# My planted nano



## mr.sandman (Mar 22, 2007)

Here is my 5g nano and I had it for a while now.
Plants
HC, Lilaeopsis brasiliensis, Anubia nana, Limnophila sessiliflora, Cryptocoryne wendtii, Rotala indica, Alternanthera reineckii ''roseafolia'' ('Pink'), Rotala sp. ''Nanjenshan'',Cladophora aegagropila

Habitants
a few guppies


----------



## 66 north (Apr 10, 2006)

looks like a nice little jungle. What sort of lighting do you have there?


----------



## Ciddian (Mar 15, 2006)

Wow.. i love it...

What are you using atm to keep algae at bay?


----------



## mr.sandman (Mar 22, 2007)

The lighting that I use is a Odyssea 24 watts compact fluoresent 10,000k light.

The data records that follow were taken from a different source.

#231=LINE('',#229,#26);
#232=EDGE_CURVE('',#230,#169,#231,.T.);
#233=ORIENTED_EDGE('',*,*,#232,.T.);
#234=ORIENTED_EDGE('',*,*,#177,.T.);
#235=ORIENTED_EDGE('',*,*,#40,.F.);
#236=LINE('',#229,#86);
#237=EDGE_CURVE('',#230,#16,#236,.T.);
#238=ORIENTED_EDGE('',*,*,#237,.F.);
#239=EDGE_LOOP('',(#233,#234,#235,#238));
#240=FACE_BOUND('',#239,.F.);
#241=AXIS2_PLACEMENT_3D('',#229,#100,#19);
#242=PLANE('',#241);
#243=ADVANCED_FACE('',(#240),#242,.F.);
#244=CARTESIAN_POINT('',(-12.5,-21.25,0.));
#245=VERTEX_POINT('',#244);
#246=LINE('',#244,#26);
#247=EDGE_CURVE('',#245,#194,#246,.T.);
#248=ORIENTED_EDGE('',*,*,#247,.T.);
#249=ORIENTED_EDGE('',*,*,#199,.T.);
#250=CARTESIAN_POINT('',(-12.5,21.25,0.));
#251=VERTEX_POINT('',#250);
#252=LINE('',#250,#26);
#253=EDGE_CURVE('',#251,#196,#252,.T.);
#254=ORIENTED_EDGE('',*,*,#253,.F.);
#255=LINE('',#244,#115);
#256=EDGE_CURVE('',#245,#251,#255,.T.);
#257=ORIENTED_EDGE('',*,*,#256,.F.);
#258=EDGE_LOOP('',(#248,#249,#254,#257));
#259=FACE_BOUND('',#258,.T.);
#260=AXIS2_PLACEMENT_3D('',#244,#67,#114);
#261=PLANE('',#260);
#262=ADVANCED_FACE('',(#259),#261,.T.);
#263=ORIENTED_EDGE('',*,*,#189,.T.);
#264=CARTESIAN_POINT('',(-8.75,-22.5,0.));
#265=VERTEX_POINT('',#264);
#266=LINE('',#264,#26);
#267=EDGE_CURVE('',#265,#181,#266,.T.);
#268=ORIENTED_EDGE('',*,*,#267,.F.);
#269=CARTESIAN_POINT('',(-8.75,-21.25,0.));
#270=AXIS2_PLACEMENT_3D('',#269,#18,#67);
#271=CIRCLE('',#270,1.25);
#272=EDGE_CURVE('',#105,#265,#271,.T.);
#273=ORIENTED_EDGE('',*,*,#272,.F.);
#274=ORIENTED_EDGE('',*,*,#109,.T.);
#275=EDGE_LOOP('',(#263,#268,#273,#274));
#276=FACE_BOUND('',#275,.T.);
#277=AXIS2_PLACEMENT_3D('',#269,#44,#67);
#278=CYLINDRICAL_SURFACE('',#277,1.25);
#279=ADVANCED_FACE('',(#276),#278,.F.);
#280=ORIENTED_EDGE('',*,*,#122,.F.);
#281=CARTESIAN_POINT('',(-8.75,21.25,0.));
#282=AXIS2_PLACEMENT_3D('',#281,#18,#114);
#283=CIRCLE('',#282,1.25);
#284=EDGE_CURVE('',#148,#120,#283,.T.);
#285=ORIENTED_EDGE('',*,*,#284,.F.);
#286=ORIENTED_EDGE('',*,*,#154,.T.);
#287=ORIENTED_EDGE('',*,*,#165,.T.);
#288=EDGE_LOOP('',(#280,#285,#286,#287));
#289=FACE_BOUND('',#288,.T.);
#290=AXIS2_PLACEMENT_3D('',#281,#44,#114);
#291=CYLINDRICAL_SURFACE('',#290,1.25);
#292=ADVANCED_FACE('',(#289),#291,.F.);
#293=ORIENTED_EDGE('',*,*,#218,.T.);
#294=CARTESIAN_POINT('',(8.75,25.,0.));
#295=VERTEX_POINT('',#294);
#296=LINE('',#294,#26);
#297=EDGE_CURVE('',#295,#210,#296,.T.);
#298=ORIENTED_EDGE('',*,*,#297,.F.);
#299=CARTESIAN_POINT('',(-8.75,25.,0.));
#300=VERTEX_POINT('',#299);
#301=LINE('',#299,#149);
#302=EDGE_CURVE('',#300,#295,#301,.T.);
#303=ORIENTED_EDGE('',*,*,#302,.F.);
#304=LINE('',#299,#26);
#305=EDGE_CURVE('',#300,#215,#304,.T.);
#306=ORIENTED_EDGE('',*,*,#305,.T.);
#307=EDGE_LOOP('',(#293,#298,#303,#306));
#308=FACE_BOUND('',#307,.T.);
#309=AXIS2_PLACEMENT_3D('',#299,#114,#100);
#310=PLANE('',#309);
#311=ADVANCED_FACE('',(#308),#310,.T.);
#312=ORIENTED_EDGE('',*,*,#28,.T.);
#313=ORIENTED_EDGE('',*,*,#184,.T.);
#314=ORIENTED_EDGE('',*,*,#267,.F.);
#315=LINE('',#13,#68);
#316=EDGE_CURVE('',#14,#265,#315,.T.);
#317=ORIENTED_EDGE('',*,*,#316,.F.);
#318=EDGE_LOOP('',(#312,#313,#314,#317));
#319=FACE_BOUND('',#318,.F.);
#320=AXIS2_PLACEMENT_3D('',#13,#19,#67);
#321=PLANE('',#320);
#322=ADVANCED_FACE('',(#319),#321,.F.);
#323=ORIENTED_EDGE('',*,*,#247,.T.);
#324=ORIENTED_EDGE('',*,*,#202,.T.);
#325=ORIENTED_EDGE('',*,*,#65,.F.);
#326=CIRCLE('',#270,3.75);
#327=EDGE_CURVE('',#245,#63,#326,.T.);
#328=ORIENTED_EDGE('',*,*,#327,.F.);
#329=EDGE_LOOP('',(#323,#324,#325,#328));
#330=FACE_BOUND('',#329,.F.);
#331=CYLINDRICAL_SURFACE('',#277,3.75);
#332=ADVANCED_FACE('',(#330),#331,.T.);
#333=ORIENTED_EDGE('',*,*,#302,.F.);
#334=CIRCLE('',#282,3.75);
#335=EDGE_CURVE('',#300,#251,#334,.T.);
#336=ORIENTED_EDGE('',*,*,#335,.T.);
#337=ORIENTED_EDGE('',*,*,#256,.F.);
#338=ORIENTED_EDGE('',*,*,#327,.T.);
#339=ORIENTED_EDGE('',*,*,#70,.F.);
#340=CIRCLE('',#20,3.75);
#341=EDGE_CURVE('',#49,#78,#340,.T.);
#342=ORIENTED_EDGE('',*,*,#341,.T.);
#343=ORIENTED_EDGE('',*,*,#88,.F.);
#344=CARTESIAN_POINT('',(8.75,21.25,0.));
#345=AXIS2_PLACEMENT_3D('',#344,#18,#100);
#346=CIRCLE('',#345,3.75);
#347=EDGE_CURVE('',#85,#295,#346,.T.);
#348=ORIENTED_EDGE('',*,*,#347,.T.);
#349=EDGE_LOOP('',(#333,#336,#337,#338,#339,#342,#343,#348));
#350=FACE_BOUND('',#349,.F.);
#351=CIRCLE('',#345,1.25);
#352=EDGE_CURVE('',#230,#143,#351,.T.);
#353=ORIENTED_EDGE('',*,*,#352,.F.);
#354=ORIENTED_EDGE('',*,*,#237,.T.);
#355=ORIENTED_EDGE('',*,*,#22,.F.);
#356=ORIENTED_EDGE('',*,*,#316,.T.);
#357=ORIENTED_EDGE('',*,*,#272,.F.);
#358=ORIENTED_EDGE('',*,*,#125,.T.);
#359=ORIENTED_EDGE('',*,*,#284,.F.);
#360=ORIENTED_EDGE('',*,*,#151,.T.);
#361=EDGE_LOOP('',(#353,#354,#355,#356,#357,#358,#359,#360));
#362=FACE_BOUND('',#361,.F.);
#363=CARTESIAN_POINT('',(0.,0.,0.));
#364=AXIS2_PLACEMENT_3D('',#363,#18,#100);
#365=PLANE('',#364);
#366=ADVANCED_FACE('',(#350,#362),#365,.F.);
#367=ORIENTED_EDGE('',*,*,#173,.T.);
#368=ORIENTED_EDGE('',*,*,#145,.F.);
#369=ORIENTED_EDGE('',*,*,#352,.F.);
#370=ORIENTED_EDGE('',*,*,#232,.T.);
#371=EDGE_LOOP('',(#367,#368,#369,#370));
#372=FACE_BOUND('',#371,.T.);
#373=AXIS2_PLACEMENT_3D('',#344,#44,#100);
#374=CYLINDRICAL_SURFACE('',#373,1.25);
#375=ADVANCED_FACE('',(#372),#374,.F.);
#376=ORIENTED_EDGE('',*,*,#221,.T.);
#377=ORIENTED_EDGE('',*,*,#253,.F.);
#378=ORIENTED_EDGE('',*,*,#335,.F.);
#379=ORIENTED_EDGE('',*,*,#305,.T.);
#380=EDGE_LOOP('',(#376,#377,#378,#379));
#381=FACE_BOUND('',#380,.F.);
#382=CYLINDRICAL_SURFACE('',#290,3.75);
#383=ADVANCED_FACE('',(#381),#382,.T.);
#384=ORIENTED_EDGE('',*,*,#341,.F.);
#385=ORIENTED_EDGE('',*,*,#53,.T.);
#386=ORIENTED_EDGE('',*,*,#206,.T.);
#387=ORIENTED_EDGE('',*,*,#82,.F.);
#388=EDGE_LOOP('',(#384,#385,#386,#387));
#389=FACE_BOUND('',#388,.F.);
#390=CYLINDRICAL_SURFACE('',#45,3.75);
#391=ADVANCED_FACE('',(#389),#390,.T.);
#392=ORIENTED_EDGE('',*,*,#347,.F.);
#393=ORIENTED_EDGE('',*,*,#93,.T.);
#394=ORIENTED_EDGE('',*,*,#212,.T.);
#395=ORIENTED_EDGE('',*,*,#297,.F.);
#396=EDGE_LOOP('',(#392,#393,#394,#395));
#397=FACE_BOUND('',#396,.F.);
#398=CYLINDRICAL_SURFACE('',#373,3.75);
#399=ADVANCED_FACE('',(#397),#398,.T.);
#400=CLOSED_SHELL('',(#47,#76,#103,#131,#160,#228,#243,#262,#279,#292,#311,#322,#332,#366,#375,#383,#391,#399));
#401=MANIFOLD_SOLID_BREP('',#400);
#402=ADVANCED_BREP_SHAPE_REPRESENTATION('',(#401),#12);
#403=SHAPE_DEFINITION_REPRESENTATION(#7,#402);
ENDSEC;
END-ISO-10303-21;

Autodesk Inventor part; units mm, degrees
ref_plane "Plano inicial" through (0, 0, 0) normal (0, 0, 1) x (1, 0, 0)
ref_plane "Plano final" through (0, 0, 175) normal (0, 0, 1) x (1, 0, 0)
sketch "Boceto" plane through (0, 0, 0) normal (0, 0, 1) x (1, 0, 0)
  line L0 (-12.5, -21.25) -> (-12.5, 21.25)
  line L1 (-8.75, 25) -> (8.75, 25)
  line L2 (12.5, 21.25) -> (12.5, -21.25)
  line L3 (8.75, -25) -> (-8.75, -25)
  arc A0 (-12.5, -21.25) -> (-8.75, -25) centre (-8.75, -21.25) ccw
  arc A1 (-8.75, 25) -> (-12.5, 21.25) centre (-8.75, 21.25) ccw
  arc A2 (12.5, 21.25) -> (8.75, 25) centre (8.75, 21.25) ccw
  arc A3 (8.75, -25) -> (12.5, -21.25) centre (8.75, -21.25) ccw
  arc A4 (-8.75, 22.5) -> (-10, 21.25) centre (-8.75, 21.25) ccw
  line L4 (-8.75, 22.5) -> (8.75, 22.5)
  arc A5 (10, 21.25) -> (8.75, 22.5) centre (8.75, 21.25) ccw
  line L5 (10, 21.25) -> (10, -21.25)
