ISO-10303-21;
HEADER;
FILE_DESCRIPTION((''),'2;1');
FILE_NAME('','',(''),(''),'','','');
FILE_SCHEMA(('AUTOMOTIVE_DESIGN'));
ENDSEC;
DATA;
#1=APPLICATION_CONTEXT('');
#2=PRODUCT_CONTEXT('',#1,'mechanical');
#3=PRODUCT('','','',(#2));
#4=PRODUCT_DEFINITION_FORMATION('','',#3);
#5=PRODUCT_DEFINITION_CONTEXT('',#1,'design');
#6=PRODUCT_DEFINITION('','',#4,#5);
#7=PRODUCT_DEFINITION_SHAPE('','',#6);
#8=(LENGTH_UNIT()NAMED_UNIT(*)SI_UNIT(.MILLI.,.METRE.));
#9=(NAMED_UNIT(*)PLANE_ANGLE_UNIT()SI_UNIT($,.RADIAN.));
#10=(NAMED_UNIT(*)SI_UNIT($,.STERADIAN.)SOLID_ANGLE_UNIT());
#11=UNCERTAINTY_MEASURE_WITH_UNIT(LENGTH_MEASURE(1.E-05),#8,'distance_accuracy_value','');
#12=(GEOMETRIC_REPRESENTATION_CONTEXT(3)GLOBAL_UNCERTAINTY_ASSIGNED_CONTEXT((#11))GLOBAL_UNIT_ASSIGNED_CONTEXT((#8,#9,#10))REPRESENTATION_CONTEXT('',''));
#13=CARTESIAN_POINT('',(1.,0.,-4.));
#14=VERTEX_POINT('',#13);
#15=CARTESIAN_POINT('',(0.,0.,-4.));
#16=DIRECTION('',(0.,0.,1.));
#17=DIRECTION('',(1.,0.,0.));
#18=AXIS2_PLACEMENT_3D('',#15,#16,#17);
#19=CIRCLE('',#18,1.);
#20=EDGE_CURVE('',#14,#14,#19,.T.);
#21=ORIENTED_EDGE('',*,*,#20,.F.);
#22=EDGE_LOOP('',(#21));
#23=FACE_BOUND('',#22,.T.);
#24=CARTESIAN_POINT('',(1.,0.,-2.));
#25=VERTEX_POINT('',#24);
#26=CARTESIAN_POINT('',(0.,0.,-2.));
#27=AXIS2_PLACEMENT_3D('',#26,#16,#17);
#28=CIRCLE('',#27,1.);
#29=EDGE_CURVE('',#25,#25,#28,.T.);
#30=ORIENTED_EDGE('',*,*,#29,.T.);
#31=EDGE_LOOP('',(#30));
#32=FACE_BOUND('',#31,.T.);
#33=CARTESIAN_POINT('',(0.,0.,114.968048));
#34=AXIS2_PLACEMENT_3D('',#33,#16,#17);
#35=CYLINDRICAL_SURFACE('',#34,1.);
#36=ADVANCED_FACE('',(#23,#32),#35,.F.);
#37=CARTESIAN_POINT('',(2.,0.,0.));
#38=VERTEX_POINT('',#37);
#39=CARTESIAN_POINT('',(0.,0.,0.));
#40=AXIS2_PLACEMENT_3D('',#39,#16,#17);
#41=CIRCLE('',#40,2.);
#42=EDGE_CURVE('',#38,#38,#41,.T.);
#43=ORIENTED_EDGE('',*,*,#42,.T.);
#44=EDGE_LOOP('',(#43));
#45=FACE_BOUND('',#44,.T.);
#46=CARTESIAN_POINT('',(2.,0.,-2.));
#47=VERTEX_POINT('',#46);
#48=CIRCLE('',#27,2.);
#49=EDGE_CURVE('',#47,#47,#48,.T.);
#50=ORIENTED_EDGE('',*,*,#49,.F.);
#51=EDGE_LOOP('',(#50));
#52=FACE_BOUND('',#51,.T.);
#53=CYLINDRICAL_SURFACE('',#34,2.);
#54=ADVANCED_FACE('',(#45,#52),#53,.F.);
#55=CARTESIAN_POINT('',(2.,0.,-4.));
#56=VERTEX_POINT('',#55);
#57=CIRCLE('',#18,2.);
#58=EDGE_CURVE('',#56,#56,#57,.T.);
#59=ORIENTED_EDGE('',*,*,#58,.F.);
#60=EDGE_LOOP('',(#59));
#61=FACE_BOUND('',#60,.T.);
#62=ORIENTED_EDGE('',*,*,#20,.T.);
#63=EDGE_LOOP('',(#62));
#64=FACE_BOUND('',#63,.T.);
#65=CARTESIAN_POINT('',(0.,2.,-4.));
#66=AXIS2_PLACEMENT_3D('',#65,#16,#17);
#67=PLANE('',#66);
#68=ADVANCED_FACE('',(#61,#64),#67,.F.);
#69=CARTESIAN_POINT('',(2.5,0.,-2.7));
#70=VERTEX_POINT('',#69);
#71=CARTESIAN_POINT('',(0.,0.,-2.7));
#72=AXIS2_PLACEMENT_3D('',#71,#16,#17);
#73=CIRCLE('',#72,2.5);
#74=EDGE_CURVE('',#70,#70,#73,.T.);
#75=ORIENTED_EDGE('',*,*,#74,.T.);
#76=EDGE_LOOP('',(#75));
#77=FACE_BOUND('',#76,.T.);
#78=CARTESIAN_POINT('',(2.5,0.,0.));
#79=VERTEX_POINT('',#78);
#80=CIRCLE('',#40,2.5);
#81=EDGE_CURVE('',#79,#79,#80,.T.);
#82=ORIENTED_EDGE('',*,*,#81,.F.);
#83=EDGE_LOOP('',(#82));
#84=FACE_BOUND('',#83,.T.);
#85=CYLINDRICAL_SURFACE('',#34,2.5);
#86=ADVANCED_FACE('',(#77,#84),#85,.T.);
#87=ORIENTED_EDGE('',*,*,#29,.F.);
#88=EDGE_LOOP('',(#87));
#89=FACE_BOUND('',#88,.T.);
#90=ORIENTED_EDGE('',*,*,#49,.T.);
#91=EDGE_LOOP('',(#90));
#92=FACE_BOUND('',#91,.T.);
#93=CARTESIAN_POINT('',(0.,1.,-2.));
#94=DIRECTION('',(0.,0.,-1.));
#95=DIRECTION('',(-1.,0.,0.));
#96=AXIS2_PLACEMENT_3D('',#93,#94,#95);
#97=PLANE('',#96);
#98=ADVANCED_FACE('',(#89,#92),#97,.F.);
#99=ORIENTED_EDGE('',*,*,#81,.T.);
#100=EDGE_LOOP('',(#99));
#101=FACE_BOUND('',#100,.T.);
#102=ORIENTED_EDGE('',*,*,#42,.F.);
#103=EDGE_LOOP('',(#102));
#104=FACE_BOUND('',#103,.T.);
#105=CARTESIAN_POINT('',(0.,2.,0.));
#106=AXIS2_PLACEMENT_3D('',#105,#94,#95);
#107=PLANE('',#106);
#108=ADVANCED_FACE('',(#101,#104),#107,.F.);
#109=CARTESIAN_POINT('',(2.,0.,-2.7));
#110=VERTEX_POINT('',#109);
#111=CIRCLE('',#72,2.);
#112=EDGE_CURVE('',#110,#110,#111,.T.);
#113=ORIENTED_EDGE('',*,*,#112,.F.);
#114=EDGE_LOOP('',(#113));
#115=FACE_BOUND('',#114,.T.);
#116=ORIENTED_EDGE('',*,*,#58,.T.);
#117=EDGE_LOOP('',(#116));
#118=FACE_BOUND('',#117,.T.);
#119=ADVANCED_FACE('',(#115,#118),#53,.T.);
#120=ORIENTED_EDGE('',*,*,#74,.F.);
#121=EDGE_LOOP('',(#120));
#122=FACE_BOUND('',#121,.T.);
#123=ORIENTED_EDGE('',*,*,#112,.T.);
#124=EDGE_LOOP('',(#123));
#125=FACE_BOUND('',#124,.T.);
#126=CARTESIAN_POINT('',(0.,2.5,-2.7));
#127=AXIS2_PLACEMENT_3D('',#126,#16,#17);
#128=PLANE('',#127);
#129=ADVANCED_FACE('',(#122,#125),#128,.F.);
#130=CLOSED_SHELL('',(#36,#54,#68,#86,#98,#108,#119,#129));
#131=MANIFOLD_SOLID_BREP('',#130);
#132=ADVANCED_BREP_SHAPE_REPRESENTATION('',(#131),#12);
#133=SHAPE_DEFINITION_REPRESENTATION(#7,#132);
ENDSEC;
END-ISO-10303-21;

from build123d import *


with BuildPart() as part:
    # Sketch1 → Revolve1 (revolve)
    with BuildSketch(Plane(origin=(0, 0, 0), x_dir=(0, 0, -1), z_dir=(1, 0, 0)), mode=Mode.PRIVATE) as revolve1_sk:
        Polygon((0, 2.5), (2.7, 2.5), (2.7, 2), (4, 2), (4, 1), (2, 1), (2, 2), (0, 2), align=None)
    revolve(revolve1_sk.sketch.rotate(Axis((0, 0, 114.968048005), (0, 0, -1)), 90), axis=Axis((0, 0, 114.968048005), (0, 0, -1)))


solid = part.part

To keep the algae at bay i add seachem excel and once in a while I will just clean the glass with a scraper.


----------



## Ciddian (Mar 15, 2006)

Do you have hair algae issues at all? Is that what you use the excel for??

Sorry for all the Q's


----------



## mr.sandman (Mar 22, 2007)

yes I sometimes have hair algaes onsome of the plants and I use excel for that. I also heard that HC just loves excel. In another forum there is a method called a spot treatment with using excel get rid of algae and it is quite effective.
http://www.plantedtank.net/forums/algae/44226-excel-spot-treatment-groundcover.html


----------